Bring down some 16" suckers and we'll try them out.  I think I've gotten too lazy lately to go get bait.


----------



## Doctor (Apr 5, 2004)

Mike,

I have had that same problem on the river with Channels, they like to grab live shad by the bellys and move off with them, they always bite them down hard killing them but they leave there mark on there belly's, very seldom do we hook them up except when I get real frustrated and want to know what is killing my Shad and I'll hang a stinger hook and the stinger will get them. But when we take the killed bait and cut it up we will then hook them.


----------



## BottomBouncer (Jan 20, 2005)

Usually when I'm going after flatties with bluegill I catch channel cats.
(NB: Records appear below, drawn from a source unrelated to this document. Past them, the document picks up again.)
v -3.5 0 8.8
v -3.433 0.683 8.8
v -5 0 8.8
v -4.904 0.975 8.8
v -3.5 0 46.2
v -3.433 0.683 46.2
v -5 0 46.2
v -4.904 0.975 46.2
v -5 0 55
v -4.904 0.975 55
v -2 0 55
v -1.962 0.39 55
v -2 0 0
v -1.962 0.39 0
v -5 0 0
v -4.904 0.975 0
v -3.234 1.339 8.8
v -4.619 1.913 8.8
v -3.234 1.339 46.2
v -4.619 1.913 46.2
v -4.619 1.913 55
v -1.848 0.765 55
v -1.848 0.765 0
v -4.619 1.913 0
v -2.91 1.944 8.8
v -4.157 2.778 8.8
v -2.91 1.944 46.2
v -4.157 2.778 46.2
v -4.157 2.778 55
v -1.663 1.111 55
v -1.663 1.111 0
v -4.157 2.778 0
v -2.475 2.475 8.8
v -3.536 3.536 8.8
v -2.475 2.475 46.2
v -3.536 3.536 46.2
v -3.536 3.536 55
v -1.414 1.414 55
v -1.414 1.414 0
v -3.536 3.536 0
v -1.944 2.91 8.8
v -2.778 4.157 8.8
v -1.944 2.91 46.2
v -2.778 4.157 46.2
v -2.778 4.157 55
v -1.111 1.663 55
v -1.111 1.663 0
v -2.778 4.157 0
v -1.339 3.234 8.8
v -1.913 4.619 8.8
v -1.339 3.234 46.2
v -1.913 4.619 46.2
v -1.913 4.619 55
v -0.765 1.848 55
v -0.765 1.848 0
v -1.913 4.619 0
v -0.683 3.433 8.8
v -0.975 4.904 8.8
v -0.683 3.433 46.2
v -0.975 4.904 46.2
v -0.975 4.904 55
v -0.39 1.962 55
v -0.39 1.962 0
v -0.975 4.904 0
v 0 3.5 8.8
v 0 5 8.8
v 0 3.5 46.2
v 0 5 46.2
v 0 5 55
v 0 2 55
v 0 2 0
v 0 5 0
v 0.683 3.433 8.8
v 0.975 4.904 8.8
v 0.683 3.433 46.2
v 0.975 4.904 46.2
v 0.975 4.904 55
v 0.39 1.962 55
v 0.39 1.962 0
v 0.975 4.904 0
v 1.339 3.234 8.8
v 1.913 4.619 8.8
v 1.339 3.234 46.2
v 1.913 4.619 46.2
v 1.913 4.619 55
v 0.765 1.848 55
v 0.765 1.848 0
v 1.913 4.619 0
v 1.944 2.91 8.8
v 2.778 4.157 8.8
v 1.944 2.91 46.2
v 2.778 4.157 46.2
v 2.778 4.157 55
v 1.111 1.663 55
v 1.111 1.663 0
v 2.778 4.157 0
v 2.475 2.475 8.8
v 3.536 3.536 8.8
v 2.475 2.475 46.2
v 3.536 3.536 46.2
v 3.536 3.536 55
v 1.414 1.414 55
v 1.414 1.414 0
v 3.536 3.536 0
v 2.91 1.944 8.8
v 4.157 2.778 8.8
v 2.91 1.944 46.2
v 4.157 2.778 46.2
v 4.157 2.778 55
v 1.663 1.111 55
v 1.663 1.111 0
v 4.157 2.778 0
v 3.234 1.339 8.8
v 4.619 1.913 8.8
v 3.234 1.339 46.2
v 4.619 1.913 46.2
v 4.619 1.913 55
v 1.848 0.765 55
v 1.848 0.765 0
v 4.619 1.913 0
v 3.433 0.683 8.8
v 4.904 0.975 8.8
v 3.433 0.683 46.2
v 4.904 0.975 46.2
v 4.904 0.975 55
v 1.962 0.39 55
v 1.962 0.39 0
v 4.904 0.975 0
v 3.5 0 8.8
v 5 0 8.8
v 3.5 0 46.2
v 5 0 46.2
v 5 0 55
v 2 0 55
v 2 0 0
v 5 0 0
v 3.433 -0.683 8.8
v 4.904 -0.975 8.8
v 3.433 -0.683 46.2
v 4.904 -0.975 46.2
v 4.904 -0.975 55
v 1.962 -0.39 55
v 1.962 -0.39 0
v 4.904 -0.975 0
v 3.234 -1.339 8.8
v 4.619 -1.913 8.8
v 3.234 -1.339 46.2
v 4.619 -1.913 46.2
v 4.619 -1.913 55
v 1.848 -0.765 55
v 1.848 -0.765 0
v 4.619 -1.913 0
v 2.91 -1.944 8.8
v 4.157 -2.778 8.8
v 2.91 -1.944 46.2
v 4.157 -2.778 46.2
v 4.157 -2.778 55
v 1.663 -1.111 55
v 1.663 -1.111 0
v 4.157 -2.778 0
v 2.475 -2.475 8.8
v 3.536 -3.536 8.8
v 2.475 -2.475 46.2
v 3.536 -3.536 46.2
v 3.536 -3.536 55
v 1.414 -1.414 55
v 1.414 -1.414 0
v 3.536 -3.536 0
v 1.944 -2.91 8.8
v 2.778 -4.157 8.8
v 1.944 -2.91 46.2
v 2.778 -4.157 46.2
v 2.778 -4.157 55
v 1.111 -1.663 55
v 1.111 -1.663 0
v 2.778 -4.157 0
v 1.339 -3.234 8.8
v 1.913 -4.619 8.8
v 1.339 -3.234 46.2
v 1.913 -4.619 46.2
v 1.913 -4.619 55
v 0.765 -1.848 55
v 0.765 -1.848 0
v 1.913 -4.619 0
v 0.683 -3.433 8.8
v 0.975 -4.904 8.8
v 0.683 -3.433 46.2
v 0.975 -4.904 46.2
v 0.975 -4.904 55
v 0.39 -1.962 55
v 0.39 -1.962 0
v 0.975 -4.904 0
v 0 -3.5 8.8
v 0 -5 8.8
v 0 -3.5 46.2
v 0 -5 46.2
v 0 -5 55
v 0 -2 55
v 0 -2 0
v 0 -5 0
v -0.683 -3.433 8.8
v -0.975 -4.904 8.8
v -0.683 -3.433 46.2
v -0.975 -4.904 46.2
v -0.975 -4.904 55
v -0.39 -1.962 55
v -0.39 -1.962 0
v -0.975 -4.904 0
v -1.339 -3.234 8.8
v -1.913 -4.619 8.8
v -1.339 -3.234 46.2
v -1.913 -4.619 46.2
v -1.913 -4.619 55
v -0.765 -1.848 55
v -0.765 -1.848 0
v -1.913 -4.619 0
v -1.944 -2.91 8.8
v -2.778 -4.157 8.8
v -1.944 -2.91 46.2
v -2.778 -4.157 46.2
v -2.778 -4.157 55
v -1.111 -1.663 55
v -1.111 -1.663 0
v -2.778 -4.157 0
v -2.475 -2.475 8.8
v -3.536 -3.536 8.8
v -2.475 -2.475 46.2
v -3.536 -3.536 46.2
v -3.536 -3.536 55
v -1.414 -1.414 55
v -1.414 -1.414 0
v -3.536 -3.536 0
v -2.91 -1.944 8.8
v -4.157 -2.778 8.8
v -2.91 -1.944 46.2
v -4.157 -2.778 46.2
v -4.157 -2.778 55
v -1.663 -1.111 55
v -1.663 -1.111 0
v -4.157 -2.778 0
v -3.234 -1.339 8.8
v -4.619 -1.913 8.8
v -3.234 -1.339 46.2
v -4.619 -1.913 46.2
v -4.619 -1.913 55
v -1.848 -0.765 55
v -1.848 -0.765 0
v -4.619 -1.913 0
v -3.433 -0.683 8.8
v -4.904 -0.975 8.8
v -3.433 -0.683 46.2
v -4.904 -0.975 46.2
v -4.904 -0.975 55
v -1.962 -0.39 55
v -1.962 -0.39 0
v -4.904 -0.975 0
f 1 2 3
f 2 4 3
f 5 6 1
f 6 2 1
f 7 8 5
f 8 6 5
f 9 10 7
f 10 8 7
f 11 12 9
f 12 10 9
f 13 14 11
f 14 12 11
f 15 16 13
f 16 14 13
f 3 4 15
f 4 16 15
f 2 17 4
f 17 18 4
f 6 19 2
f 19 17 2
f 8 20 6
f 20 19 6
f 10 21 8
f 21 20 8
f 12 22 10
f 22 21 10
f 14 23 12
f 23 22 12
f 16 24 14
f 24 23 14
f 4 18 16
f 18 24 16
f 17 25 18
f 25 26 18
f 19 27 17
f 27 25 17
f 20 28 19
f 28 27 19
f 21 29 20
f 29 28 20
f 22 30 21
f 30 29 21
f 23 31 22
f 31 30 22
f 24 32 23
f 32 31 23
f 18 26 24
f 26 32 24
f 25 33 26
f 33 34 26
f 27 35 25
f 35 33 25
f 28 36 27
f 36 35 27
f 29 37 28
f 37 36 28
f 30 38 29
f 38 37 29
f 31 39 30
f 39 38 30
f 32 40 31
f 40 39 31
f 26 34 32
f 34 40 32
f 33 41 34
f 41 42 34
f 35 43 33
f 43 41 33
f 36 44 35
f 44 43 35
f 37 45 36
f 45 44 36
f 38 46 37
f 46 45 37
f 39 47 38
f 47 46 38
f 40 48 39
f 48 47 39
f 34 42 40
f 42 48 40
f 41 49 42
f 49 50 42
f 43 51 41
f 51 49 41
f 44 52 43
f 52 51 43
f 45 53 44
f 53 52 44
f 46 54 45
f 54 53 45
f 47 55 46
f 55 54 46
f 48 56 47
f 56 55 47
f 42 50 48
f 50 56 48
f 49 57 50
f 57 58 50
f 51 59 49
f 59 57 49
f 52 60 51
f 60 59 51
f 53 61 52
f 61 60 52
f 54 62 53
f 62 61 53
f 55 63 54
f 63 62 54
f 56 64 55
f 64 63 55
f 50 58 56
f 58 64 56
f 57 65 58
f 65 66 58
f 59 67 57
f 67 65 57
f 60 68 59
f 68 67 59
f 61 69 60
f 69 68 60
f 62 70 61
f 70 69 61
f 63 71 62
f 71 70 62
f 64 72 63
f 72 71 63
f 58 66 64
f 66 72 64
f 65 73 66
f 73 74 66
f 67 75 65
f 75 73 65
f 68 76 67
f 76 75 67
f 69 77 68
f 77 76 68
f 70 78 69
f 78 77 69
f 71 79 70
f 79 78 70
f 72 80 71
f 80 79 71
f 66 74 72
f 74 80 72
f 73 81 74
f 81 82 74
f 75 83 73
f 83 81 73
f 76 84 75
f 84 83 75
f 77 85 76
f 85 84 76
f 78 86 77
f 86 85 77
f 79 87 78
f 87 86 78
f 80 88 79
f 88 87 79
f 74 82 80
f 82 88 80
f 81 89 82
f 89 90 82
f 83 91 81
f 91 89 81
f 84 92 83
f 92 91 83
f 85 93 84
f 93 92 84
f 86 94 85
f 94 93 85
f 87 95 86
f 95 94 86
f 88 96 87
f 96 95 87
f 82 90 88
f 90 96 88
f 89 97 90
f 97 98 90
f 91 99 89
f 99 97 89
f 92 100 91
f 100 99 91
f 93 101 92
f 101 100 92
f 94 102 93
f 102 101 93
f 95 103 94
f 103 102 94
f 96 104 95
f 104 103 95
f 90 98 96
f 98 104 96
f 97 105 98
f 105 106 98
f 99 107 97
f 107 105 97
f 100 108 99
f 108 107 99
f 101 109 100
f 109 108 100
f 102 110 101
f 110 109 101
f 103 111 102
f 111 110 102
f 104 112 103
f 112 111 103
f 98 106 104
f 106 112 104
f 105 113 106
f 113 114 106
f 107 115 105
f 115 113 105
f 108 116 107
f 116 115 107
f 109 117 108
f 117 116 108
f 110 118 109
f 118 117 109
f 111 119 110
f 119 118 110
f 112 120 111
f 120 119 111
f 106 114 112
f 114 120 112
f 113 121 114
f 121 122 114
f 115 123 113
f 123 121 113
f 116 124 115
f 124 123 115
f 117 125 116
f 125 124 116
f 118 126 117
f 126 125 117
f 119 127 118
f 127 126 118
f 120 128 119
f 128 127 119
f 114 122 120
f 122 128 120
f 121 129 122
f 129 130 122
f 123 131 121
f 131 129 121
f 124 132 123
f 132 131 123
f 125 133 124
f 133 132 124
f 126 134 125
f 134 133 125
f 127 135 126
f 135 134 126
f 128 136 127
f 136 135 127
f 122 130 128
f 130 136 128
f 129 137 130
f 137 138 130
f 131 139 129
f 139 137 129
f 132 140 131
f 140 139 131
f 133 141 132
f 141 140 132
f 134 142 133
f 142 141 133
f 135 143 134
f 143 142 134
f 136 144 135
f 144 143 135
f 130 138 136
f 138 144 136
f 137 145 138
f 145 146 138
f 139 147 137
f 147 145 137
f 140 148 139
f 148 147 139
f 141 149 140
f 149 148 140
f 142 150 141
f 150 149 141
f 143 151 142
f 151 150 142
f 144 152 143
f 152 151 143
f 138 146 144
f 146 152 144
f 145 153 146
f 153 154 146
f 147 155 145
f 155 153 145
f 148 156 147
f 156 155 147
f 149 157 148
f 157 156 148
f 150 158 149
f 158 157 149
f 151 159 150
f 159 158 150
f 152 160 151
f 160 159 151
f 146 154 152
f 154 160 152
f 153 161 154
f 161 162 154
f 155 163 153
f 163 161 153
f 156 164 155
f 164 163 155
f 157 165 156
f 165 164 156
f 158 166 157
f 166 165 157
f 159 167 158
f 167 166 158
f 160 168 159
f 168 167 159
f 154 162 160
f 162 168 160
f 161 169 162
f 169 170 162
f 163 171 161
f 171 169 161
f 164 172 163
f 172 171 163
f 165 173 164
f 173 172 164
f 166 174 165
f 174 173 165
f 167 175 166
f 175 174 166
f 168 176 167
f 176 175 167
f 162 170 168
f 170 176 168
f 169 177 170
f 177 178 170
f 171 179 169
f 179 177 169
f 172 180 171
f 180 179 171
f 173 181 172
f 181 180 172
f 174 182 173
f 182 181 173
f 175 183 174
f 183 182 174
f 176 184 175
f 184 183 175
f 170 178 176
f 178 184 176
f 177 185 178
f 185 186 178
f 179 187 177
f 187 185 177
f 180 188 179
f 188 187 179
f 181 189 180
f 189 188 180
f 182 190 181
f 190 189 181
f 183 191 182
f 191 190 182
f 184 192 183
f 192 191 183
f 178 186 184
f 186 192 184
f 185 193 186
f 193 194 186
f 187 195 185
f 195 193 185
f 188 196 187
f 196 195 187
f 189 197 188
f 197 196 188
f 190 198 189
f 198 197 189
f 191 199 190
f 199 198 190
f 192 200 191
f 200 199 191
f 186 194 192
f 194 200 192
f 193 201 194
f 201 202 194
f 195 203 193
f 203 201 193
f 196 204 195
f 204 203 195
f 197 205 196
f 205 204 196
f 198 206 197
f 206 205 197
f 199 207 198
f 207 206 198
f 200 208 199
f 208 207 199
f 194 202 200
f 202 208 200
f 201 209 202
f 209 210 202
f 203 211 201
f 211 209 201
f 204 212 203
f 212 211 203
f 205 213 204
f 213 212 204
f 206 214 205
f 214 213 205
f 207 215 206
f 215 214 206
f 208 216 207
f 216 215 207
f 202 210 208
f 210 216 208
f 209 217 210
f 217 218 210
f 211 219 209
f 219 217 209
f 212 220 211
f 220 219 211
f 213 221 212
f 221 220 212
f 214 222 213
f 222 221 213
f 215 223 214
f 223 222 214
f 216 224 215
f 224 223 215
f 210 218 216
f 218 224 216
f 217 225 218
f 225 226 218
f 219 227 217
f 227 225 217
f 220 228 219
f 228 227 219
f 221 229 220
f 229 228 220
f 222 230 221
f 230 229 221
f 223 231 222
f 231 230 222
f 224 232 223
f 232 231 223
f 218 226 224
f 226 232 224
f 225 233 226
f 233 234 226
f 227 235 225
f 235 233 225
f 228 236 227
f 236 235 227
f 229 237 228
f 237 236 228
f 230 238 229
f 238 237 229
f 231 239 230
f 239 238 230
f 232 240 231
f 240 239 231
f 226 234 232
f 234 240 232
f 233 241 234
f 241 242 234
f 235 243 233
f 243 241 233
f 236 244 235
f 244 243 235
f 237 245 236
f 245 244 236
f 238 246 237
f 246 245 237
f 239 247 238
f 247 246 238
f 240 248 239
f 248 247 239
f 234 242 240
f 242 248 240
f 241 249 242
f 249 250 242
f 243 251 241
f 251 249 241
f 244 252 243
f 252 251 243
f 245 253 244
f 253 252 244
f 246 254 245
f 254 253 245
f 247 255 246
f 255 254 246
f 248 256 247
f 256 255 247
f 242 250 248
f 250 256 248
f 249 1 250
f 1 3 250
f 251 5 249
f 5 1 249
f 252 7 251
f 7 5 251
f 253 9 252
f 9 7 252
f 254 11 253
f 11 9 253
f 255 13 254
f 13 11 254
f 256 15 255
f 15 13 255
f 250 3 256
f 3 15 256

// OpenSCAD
$fn = 32;

// ----------------------------------------------------------------------
// Profiled standoff: spool spacer, 55 mm long, bore 4 mm
// ----------------------------------------------------------------------

// --- parameters (mm) ---
revolve_angle = 360;      // full turn around the Z axis
profile_points = 8;       // points of the closed outline

profile = [[2, 0], [5, 0], [5, 8.8], [3.5, 8.8], [3.5, 46.2], [5, 46.2], [5, 55], [2, 55]];  // single closed polygon, 8 points, counter clockwise

// --- the one profile operation ---
rotate_extrude(angle = revolve_angle) polygon(points = profile);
Good sized ones.......maybe I'm just not fishing close enough to the cover


----------



## M.Magis (Apr 5, 2004)

> they always bite them down hard killing them but they leave there mark on there belly's


 Their mark always stops just short of the hook, doesn't it.  Sometimes it seems like they're doing it on purpose. 



> maybe I'm just not fishing close enough to the cover


I wouldn't say that. It's just a waiting game. There are far more channels swimming around than there are flatheads, so you'll catch a lot more of them. Keep bait in the water long enough and a flathead will eventually find it first.


----------



## misfit (Apr 5, 2004)

i'm too old nd tired to catch those baits now   
so i'll just stick with gills and goldfish  
i do have the same problem with chubs.the channels usually bite them in half,or if the bait's big,just crush them.then i'll do like doc and cut them up and catch fish.but lots of times,the bigger channels will take the whole bait if given the chance.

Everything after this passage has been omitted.